Task statement: Each line of the data below from the one holding "v 24.994 12.55 -1.116" to the one holding "v 10.386 14.68 -2.481", inclusive, is to be reproduced exactly; no other line belongs in the answer.

--- Material supplied ---

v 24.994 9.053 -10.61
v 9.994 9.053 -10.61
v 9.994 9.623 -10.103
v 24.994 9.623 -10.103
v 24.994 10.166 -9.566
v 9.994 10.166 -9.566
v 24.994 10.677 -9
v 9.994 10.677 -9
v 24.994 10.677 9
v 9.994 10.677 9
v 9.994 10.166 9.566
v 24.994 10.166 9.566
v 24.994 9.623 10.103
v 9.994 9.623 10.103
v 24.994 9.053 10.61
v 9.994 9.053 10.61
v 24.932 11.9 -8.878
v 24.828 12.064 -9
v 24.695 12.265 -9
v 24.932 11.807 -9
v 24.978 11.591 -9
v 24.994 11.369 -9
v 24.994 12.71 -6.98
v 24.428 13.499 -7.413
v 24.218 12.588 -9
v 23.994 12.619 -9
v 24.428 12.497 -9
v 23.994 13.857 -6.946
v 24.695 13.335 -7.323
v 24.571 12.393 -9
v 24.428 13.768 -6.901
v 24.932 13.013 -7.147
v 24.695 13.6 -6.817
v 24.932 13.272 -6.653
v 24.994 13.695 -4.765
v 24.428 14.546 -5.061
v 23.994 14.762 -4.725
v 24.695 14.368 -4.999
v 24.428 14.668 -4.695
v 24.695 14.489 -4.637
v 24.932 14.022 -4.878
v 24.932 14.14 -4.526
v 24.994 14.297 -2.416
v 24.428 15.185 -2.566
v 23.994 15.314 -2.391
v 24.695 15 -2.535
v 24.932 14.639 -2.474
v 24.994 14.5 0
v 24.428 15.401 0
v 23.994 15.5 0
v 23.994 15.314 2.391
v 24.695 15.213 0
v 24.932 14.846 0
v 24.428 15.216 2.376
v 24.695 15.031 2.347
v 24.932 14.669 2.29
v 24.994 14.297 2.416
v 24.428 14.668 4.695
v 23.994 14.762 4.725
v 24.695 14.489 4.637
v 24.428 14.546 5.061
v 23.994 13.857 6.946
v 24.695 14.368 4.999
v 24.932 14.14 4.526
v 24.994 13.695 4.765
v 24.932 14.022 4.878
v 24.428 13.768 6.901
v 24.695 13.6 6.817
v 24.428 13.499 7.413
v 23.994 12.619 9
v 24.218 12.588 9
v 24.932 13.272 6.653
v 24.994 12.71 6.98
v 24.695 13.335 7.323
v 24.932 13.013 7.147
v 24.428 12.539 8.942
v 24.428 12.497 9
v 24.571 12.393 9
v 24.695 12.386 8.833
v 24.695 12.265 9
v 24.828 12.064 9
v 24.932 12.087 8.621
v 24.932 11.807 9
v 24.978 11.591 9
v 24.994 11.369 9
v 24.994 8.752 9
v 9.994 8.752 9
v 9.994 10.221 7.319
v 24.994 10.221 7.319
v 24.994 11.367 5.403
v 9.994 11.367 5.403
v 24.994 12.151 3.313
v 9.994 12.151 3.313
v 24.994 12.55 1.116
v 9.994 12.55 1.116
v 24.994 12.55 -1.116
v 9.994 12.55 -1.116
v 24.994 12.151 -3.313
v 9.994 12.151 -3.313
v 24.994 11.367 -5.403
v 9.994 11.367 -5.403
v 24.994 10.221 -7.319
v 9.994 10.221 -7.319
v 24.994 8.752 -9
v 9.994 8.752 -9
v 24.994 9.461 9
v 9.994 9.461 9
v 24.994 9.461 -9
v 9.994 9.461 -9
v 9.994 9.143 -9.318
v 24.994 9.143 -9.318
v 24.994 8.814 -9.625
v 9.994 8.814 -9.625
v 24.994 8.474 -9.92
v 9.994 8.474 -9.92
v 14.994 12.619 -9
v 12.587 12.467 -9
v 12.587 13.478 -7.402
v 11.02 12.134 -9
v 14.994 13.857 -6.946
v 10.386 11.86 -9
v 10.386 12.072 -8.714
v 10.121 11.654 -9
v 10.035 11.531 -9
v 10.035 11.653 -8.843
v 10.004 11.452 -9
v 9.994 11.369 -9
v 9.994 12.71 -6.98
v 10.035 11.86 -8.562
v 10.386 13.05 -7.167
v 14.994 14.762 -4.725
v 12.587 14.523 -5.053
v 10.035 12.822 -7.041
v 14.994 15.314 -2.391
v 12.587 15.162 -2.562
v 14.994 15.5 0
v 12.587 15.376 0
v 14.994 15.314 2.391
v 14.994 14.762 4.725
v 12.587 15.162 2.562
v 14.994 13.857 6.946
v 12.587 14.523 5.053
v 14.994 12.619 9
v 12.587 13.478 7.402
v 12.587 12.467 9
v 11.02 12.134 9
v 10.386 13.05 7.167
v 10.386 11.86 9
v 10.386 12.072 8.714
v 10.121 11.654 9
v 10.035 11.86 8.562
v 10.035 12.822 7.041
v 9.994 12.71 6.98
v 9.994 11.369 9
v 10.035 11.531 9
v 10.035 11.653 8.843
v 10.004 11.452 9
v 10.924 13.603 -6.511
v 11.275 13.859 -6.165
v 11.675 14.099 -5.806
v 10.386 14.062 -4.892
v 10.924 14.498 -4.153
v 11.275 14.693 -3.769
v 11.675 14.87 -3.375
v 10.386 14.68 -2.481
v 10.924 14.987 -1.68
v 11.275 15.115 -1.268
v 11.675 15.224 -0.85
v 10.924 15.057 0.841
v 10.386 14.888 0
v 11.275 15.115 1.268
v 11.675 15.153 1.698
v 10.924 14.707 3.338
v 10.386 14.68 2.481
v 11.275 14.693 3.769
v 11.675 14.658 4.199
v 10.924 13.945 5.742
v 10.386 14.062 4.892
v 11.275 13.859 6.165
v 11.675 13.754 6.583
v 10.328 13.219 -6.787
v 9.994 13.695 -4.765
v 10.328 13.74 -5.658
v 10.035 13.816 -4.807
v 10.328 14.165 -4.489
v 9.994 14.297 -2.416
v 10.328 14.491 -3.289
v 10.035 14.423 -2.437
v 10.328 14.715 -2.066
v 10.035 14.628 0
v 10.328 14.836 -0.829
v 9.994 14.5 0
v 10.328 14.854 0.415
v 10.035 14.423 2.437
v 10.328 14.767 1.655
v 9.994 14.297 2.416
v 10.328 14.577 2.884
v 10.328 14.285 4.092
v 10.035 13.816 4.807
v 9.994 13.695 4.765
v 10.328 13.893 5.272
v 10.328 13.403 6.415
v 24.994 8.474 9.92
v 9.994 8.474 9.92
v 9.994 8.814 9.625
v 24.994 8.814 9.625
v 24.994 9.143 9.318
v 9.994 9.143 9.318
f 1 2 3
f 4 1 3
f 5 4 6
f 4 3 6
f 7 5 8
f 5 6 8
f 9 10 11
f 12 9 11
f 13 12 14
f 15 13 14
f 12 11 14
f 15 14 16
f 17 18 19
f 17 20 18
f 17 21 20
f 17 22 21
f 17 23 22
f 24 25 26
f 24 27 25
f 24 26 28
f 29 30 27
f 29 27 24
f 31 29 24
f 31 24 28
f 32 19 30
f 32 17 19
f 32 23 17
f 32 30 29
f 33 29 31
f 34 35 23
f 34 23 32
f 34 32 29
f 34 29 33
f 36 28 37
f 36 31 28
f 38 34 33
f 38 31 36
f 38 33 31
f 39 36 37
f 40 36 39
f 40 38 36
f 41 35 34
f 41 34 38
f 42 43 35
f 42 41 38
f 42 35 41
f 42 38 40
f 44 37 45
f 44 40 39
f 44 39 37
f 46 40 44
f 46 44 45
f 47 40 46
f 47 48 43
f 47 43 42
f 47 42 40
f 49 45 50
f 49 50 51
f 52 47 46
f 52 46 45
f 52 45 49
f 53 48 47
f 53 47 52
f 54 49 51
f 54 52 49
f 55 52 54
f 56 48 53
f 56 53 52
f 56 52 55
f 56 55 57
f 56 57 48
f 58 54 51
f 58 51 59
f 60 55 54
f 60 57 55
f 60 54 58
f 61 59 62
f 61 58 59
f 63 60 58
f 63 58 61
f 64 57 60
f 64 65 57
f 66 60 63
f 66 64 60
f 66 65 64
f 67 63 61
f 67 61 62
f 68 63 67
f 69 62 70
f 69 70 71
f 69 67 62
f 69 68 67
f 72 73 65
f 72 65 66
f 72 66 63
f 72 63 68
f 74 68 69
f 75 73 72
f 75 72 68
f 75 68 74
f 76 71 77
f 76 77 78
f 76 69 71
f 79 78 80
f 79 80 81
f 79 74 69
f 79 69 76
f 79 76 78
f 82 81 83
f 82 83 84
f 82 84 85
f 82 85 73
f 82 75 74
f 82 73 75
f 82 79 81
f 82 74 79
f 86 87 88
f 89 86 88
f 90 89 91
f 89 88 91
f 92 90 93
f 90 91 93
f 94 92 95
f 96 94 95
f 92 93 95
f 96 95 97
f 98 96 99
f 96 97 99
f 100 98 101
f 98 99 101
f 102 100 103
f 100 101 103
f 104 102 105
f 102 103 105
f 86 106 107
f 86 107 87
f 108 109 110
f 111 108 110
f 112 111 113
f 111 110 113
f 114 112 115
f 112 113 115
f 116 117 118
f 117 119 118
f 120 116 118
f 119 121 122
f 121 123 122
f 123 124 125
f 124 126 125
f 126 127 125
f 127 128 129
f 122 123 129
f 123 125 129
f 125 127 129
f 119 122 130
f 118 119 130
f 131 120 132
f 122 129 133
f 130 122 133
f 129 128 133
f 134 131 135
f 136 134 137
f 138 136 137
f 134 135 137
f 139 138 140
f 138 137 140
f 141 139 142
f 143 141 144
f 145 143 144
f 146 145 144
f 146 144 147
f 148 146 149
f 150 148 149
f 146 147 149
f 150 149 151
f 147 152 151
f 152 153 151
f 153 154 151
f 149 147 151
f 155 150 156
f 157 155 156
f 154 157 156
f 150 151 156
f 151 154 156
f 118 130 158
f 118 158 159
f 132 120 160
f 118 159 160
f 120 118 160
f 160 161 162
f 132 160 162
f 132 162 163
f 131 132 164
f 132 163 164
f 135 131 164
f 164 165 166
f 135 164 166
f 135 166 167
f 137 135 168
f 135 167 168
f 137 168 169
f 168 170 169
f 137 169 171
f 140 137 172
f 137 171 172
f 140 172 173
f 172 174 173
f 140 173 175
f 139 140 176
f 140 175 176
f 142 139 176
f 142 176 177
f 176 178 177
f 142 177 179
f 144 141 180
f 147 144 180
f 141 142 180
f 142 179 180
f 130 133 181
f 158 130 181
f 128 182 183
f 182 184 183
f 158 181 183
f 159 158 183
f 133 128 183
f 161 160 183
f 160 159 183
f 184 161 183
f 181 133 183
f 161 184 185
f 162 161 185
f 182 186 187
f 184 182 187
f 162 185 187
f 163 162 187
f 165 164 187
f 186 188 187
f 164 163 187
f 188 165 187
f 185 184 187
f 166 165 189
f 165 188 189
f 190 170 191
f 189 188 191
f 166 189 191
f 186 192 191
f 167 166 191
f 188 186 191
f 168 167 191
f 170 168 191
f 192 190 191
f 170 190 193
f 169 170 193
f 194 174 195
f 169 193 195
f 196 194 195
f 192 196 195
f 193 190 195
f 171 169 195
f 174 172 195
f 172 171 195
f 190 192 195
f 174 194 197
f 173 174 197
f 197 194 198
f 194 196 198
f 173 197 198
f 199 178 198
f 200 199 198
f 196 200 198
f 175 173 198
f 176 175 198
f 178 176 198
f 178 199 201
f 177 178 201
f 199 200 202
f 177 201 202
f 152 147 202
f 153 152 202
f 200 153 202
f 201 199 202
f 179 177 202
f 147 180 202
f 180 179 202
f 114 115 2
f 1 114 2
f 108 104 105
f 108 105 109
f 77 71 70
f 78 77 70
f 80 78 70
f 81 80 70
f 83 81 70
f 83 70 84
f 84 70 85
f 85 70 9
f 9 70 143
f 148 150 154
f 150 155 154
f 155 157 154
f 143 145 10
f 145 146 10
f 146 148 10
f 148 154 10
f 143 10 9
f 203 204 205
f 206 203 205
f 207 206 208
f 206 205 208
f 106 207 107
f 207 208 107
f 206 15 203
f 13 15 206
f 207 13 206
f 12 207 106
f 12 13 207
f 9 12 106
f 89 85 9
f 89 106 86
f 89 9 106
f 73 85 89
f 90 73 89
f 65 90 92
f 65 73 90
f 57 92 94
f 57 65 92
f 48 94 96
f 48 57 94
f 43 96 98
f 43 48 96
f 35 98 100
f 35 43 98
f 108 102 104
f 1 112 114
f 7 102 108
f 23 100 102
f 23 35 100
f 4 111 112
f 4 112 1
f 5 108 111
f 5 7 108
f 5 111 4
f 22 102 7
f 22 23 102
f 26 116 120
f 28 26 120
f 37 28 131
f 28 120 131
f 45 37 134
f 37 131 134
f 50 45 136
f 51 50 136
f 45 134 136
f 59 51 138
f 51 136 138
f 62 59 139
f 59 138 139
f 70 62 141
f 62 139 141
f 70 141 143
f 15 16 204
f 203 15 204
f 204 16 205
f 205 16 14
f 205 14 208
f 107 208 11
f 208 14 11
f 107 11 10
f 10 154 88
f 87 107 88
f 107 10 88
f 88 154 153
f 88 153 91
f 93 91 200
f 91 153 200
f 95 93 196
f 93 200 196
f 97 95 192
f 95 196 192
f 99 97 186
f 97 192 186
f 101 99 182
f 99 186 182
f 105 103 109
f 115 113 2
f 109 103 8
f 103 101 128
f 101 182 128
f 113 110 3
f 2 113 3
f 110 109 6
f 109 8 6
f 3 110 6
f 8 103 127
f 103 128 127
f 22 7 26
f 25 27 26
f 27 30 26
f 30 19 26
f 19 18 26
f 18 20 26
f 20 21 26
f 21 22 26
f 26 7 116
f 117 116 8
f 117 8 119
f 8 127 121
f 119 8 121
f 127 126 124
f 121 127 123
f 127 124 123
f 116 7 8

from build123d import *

# Parameters (mm, degrees)
P_IDAT_VYSUNUT_M2_DEPTH  = 15
SKICA3_W                 = 28.958839484
SKICA3_H                 = 34.368053108
ODEBRAT_VYSUNUT_M2_DEPTH = 19.470465231
ZAOBLIT7_R               = 1
ZAOBLIT8_SIZE            = 5
ZAOBLIT8_SIZE_2          = 1


# Read off the part's stored shape, not the designer's step: Přidat vysunutím2
with BuildPart() as part:
    # Skica1 → Rotovat1 (revolve)
    with BuildSketch(Plane.XY, mode=Mode.PRIVATE) as rotovat1_sk:
        with BuildLine():
            Line((-18.006318941, 12.994441011), (-18.006318941, 0))
            Line((-18.006318941, 0), (-15.006318941, 0))
            Line((-15.006318941, 0), (-15.006318941, 10.5))
            Line((-15.006318941, 10.5), (-5.006318941, 10.5))
            Line((-5.006318941, 10.5), (-5.006318941, 12.5))
            Line((-5.006318941, 12.5), (7.993681059, 12.5))
            Line((7.993681059, 12.5), (9.993681059, 12.604815559))
            Line((9.993681059, 12.604815559), (9.993681059, 14.5))
            ThreePointArc((9.993681059, 14.5), (9.70078784, 15.207106781), (8.993681059, 15.5))
            Line((8.993681059, 15.5), (-4.506318941, 15.5))
            Line((-4.506318941, 15.5), (-18.006318941, 12.994441011))
        make_face()
    revolve(rotovat1_sk.sketch.rotate(Axis((-22.002499385, 0, 0), (1, 0, 0)), 90), axis=Axis((-22.002499385, 0, 0), (1, 0, 0)))

    # Přidat vysunutím2 outline → Přidat vysunutím2 (add)
    with BuildSketch(Plane(origin=(9.993681059, 0, 0), x_dir=(0, 0, -1), z_dir=(1, 0, 0))):
        with BuildLine():
            ThreePointArc((9, 12.619429464), (0, 15.5), (-9, 12.619429464))
            Line((-9, 12.619429464), (-9, 10.677226605))
            ThreePointArc((-9, 10.677226605), (-9.838449164, 9.89820076), (-10.609715537, 9.052608394))
            Line((-10.609715537, 9.052608394), (-9.920275538, 8.474099545))
            ThreePointArc((-9.920275538, 8.474099545), (-9.473009337, 8.979756174), (-9, 9.461417722))
            Line((-9, 9.461417722), (-9, 8.752470575))
            ThreePointArc((-9, 8.752470575), (0, 12.6), (9, 8.752470575))
            Line((9, 8.752470575), (9, 9.461417722))
            ThreePointArc((9, 9.461417722), (9.473009337, 8.979756174), (9.920275538, 8.474099545))
            Line((9.920275538, 8.474099545), (10.609715537, 9.052608394))
            ThreePointArc((10.609715537, 9.052608394), (9.838449164, 9.89820076), (9, 10.677226605))
            Line((9, 10.677226605), (9, 12.619429464))
        make_face()
    extrude(amount=P_IDAT_VYSUNUT_M2_DEPTH)

    # Skica3 → Odebrat vysunutím2 (cut, symmetric)
    with BuildSketch(Plane.XY):
        with Locations((-4.485738683, -0.096675255)):
            Rectangle(SKICA3_W, SKICA3_H)
    extrude(amount=ODEBRAT_VYSUNUT_M2_DEPTH, both=True, mode=Mode.SUBTRACT)

    # Zaoblit7
    zaoblit7_edges = [part.edges().sort_by_distance(p)[0] for p in [
        (24.993681059, 15.5, 0),
    ]]
    fillet(zaoblit7_edges, radius=ZAOBLIT7_R)

    # Zaoblit8
    # an asymmetric fillet: 5, 1 mm, written as the material it takes off along each edge
    with BuildSketch(Plane(origin=(9.993681059, 1e-09, 0), x_dir=(0, 0.1441186549809942, -0.9895604141670529), z_dir=(0, -0.9895604141670529, -0.1441186549809942))) as zaoblit8_piece_1:
        with BuildLine():
            Bezier((15.499999999, ZAOBLIT8_SIZE), (15.499999999, 0), (15.499999999 - ZAOBLIT8_SIZE_2, 0), weights=[1, 0.707106781, 1])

---

Written reply:
v 24.994 12.55 -1.116
v 9.994 12.55 -1.116
v 24.994 12.151 -3.313
v 9.994 12.151 -3.313
v 24.994 11.367 -5.403
v 9.994 11.367 -5.403
v 24.994 10.221 -7.319
v 9.994 10.221 -7.319
v 24.994 8.752 -9
v 9.994 8.752 -9
v 24.994 9.461 9
v 9.994 9.461 9
v 24.994 9.461 -9
v 9.994 9.461 -9
v 9.994 9.143 -9.318
v 24.994 9.143 -9.318
v 24.994 8.814 -9.625
v 9.994 8.814 -9.625
v 24.994 8.474 -9.92
v 9.994 8.474 -9.92
v 14.994 12.619 -9
v 12.587 12.467 -9
v 12.587 13.478 -7.402
v 11.02 12.134 -9
v 14.994 13.857 -6.946
v 10.386 11.86 -9
v 10.386 12.072 -8.714
v 10.121 11.654 -9
v 10.035 11.531 -9
v 10.035 11.653 -8.843
v 10.004 11.452 -9
v 9.994 11.369 -9
v 9.994 12.71 -6.98
v 10.035 11.86 -8.562
v 10.386 13.05 -7.167
v 14.994 14.762 -4.725
v 12.587 14.523 -5.053
v 10.035 12.822 -7.041
v 14.994 15.314 -2.391
v 12.587 15.162 -2.562
v 14.994 15.5 0
v 12.587 15.376 0
v 14.994 15.314 2.391
v 14.994 14.762 4.725
v 12.587 15.162 2.562
v 14.994 13.857 6.946
v 12.587 14.523 5.053
v 14.994 12.619 9
v 12.587 13.478 7.402
v 12.587 12.467 9
v 11.02 12.134 9
v 10.386 13.05 7.167
v 10.386 11.86 9
v 10.386 12.072 8.714
v 10.121 11.654 9
v 10.035 11.86 8.562
v 10.035 12.822 7.041
v 9.994 12.71 6.98
v 9.994 11.369 9
v 10.035 11.531 9
v 10.035 11.653 8.843
v 10.004 11.452 9
v 10.924 13.603 -6.511
v 11.275 13.859 -6.165
v 11.675 14.099 -5.806
v 10.386 14.062 -4.892
v 10.924 14.498 -4.153
v 11.275 14.693 -3.769
v 11.675 14.87 -3.375
v 10.386 14.68 -2.481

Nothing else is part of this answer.